Il tiro con l’arco per non vedenti
L’arco, unito alle frecce, è ovunque un simbolo d’amore e un attributo della tensione vitale. Il dio Amore, il Sole, Shiva hanno tutti l’arco, la faretra, le frecce. L’arco di Ulisse rappresenta il potere di re, in Giobbe è la forza (“nella mia mano l’arco riprenderà la forza”). Nel Sagittario è la sublimazione dei desideri. L’arcobaleno è il simbolo della speranza, del legame tra cielo e terra “E Dio disse, io ho messo il mio arco nella nuvola ed esso sarà per segno del patto tra me e la terra. Ed avverrà che quando io avrò coperto la terra di nuvole, l’arco apparirà nella nuvola” (Genesi 9, 13-14).
Nella tradizione orientale l’arco non è fatto per i muscoli. “Per tirare la corda non si deve impiegare la forza del corpo, si deve imparare a lasciare alle mani di compiere tutto il lavoro, mentre i muscoli delle braccia e delle spalle restano rilassati e non sembrano partecipare all’azione”. E ancora “maggiore è l’ostinazione con cui cercate di imparare a scoccare la freccia in modo da colpire il bersaglio, meno vi riuscirete e più lontano sarete dal bersaglio. L’ostacolo che si frappone è il vostro desiderio eccessivo”. (Eugen Herrigel, Lo zen e il tiro con l’arco).
[floatquote]Tiro con l’arco allenamento per la mente[/floatquote]

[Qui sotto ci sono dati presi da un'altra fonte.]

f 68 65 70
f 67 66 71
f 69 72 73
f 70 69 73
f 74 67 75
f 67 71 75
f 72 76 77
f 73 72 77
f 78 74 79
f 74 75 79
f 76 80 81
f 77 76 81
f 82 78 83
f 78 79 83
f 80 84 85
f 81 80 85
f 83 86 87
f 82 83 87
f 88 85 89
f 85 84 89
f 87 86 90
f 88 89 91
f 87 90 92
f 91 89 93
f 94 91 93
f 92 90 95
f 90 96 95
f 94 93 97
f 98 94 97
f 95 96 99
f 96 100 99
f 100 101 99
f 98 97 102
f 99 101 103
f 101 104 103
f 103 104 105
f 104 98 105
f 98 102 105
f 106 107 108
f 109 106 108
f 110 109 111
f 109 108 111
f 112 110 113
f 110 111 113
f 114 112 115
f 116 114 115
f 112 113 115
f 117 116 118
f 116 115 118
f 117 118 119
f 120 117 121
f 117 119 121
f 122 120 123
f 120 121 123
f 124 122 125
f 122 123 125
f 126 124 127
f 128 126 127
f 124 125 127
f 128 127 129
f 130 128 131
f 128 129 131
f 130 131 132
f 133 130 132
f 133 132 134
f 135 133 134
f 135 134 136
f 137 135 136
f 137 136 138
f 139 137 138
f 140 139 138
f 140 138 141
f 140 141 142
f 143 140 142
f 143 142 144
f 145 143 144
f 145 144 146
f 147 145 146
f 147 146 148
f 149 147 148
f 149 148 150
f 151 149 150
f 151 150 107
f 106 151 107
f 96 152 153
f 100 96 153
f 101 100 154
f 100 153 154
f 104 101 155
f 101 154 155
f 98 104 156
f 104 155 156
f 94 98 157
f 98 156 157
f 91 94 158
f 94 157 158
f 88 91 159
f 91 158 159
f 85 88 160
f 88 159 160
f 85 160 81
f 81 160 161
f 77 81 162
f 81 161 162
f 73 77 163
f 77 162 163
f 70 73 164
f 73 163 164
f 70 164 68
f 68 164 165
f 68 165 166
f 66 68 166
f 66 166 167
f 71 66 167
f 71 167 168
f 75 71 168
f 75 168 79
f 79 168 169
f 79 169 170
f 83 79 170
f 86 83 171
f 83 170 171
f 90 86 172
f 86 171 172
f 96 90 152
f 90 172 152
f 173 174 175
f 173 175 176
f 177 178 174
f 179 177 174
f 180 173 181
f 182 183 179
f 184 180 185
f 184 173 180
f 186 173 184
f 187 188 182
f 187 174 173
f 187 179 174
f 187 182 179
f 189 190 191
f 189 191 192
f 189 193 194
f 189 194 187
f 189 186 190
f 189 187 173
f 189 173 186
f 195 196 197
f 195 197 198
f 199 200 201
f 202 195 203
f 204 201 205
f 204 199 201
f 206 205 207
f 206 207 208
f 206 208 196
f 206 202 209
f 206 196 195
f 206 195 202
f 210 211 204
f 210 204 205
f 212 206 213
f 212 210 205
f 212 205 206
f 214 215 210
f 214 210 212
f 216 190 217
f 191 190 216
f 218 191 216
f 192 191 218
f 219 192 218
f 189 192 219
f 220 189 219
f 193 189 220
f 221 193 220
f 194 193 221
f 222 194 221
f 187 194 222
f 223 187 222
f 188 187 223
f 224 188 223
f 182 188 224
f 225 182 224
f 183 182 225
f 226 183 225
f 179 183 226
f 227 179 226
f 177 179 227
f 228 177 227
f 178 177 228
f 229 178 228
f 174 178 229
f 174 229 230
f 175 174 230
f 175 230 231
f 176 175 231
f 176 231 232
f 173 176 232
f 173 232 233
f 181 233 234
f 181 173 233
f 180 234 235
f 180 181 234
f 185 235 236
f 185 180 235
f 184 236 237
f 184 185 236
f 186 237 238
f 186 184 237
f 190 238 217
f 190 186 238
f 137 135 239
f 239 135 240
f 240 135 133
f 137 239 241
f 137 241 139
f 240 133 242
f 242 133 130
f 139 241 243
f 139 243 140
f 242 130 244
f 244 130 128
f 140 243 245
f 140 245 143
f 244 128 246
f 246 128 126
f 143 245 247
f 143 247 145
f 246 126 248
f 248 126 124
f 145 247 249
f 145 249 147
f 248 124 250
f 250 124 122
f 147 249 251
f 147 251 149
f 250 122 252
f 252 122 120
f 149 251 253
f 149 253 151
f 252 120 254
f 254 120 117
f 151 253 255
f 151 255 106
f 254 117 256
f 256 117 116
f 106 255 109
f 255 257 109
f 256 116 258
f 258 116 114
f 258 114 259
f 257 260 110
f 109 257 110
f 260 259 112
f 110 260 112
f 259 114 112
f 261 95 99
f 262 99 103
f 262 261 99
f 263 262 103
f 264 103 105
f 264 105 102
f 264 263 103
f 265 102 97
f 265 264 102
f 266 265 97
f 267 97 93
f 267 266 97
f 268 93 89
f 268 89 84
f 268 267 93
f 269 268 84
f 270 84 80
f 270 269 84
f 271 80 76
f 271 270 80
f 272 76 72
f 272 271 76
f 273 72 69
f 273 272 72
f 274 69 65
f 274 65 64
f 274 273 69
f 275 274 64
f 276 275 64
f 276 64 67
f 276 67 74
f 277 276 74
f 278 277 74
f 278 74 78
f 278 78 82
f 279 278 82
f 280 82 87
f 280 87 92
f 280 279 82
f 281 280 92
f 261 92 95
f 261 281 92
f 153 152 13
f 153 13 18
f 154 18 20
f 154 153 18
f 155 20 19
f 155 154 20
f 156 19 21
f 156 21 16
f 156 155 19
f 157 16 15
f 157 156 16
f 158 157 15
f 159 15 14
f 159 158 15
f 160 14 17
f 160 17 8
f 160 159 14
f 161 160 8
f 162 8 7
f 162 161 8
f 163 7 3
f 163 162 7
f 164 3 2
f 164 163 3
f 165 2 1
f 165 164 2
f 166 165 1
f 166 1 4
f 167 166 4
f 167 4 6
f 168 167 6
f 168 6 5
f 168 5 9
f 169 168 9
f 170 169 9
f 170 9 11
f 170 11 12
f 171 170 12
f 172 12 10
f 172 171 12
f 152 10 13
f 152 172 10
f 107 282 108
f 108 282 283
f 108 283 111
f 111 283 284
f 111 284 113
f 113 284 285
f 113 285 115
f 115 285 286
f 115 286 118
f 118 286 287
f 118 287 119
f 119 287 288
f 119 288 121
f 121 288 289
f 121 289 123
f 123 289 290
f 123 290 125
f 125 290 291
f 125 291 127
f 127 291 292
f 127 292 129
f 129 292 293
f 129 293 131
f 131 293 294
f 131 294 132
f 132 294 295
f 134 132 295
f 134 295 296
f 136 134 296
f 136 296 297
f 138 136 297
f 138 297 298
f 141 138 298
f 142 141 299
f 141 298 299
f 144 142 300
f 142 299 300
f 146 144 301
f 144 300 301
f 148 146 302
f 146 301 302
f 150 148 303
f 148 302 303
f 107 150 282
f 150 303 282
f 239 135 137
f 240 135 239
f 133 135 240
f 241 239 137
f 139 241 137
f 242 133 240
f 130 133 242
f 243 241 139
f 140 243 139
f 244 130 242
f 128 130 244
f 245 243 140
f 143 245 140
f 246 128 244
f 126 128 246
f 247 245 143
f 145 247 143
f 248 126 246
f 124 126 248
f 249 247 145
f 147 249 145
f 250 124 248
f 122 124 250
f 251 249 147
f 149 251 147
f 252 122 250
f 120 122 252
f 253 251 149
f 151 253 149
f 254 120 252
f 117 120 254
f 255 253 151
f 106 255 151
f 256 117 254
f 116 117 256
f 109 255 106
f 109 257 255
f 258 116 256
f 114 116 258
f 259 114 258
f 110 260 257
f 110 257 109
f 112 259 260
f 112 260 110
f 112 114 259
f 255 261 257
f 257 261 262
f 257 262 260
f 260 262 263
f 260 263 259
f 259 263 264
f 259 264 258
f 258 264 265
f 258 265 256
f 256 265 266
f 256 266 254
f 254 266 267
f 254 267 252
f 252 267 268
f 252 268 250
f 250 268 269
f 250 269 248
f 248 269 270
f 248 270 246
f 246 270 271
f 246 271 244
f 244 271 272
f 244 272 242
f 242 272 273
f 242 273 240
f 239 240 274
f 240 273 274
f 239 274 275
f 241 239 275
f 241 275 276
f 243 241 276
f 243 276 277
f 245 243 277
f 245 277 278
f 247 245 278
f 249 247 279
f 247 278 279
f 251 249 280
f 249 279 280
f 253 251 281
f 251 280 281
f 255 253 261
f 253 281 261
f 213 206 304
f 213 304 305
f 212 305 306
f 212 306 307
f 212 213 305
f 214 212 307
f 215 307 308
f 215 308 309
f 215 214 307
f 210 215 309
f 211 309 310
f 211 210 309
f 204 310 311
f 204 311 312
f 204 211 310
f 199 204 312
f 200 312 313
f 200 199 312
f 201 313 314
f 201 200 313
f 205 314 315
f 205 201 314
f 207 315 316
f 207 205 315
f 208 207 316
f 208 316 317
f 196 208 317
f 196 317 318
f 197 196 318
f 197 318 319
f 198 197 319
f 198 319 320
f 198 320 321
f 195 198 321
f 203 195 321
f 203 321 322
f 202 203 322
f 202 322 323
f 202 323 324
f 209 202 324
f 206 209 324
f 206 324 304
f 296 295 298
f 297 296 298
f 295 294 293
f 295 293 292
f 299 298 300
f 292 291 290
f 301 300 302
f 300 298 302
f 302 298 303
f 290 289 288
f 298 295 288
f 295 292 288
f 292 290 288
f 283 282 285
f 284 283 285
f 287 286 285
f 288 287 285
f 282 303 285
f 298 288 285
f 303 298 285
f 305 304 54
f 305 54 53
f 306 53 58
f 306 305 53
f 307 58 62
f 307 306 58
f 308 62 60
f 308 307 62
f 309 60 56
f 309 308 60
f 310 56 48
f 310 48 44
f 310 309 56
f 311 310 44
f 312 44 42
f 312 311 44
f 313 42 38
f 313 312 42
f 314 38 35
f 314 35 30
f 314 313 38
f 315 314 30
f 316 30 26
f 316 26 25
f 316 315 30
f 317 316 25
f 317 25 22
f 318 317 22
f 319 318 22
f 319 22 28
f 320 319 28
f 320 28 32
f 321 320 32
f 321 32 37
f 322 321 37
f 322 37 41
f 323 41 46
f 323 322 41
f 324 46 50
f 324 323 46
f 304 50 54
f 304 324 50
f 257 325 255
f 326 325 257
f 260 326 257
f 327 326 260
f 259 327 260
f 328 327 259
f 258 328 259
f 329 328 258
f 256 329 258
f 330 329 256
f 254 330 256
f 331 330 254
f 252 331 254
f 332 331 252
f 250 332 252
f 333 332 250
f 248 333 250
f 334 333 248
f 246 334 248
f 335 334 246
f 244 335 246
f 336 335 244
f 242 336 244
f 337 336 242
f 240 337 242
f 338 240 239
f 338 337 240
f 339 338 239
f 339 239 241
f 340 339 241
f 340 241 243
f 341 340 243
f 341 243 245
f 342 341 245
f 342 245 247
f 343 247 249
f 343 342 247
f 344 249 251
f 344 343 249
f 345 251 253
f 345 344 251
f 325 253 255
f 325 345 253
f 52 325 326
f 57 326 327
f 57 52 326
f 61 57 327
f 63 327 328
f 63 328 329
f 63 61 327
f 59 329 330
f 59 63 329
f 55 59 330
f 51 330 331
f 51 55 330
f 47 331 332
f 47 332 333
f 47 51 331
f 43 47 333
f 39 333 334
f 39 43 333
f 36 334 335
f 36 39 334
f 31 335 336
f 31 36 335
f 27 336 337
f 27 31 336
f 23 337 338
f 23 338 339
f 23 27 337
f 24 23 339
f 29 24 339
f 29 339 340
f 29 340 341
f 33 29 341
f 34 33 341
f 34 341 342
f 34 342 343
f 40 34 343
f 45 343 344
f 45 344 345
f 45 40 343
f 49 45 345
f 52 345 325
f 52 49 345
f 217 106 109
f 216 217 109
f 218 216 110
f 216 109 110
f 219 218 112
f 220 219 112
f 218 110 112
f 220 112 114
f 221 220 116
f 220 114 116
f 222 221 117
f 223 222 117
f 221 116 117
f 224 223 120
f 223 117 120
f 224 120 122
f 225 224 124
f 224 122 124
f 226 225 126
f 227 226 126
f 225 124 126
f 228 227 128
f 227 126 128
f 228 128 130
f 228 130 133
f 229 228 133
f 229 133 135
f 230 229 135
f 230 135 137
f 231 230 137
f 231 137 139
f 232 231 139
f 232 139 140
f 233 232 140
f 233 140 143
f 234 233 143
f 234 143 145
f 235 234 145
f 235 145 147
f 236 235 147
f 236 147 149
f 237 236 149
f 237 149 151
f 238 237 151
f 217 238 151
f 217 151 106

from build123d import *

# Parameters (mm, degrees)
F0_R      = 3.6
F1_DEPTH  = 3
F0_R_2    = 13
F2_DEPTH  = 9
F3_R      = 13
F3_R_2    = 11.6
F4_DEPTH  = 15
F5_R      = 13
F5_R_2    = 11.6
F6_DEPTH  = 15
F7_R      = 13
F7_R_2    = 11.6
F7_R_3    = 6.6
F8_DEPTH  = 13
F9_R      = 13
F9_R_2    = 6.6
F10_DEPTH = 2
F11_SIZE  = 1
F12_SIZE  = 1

Scopo della freccia è quella di volare dritta al bersaglio, anche in occidente e anche nel tiro con l’arco visto semplicemente come sport, la determinazione al risultato è parte integrante di un gesto che richiede agilità, armonia, fermezza e costanza. Ognuno possiede un bersaglio interiore e a quello deve tendere, facendo in modo che esso stesso non diventi anche ostacolo, impedendo alla mente di purificarsi nella sua assoluta determinazione. Il tiro con l’arco è una gara dell’arciere con se stesso ed è questa la sua vera essenza.